Please contact the department before your appointment. Our nursing staff are more than happy to talk you through what to expect. 

If you’re a smoker we encourage you to stop. Smoking weakens the immune system and it can take you longer to fight off the virus. If the virus is left untreated it can go on to cause pre-cancerous abnormalities on the cervix.

To find your local stop smoking service please click here

If you have symptoms such as bleeding between periods or bleeding after sex please seek medical advice. 

If you require more resources while you’re waiting for your results, please use the links at the bottom of this webpage.

After a colposcopy examination we wouldn’t expect you to experience bleeding. However if we do a loop biopsy treatment, sometimes you can bleed for up to four weeks afterwards. We do provide sanitary towels in the clinic.

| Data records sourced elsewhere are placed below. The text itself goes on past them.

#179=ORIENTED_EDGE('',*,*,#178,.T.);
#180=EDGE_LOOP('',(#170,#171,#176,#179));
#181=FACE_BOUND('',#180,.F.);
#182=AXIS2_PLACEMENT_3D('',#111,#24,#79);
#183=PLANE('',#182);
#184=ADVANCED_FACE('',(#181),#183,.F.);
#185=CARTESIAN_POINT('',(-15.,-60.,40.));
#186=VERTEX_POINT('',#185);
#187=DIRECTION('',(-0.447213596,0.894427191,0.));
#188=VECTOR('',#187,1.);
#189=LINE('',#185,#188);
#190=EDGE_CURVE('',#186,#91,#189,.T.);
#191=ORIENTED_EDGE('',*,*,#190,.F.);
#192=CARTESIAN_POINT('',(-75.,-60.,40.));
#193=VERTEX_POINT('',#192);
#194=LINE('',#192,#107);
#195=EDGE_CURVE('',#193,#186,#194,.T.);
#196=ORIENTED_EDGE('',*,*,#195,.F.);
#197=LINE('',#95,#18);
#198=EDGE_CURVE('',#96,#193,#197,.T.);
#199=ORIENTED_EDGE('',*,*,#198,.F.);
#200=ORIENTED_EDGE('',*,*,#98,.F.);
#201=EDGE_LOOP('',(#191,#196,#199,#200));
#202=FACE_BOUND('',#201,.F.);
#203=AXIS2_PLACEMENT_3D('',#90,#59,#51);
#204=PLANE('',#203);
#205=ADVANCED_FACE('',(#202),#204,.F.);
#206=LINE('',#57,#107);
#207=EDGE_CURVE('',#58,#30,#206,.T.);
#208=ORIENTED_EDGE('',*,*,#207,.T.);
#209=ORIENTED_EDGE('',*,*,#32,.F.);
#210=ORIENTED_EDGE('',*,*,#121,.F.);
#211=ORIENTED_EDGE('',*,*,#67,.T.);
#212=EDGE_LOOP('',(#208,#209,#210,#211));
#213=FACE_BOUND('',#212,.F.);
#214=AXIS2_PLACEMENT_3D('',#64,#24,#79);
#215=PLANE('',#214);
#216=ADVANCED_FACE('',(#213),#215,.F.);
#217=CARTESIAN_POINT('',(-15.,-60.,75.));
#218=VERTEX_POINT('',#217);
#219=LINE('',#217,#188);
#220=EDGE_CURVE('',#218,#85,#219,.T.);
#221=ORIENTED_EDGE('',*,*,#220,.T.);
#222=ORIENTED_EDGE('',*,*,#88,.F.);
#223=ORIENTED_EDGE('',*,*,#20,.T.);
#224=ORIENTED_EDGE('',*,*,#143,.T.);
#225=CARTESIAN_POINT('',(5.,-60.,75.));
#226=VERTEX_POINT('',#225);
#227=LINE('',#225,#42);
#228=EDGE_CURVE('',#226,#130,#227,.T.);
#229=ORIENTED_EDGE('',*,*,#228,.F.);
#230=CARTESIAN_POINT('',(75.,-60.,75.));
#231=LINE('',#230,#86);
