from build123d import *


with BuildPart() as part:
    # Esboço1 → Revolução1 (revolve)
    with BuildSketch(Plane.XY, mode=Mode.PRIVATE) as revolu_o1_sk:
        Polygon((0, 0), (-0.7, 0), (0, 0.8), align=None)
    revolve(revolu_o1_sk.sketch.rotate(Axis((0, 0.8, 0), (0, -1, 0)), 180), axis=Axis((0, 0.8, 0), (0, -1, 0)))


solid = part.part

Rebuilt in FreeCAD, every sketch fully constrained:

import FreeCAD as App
import Part
import Sketcher
from FreeCAD import Vector
Q = App.Units.Quantity


def add_polygon(sketch, points):
    """Adds a closed chain of lines whose ends are joined by coincident constraints."""
    first, n = sketch.GeometryCount, len(points)
    for a, b in zip(points, points[1:] + points[:1]):
        sketch.addGeometry(Part.LineSegment(App.Vector(*a, 0), App.Vector(*b, 0)), False)
    for i in range(n):
        sketch.addConstraint(Sketcher.Constraint("Coincident", first + i, 2, first + (i + 1) % n, 1))

doc = App.newDocument("Part")
body = doc.addObject("PartDesign::Body", "Body")

sketch1 = body.newObject("Sketcher::SketchObject", "Sketch")
sketch1.AttachmentSupport = (doc.getObject("XY_Plane"), [""])
sketch1.MapMode = "FlatFace"
add_polygon(sketch1, [(-0.7, 0), (0, 0), (0, 0.8)])
sketch1.addConstraint([
    Sketcher.Constraint("Horizontal", 0),
    Sketcher.Constraint("Vertical", 1),
    Sketcher.Constraint("Coincident", 0, 2, -1, 1),
    Sketcher.Constraint("DistanceX", 0, 1, 0, 2, Q("0.7 mm")),
    Sketcher.Constraint("DistanceY", 1, 1, 1, 2, Q("0.8 mm")),
])
revolution = body.newObject("PartDesign::Revolution", "Revolution")
revolution.Profile = sketch1
revolution.ReferenceAxis = (sketch1, ["V_Axis"])
revolution.Angle = 360

doc.recompute()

Anyone under the age of 55, we do ask you to do a urine sample when you arrive for your appointment. The reason why we ask for this is because we have to do a routine pregnancy test prior to any colposcopy procedure.

If you have a physical disability, we do have the equipment within the department and the staff here to support you through your appointment. If you have any questions or concerns or just want to talk to someone prior to your appointment, please just give us a call.

We do have a specialised chair in the colposcopy clinic which can recline you to get you into position to make it as comfortable as possible throughout the procedure.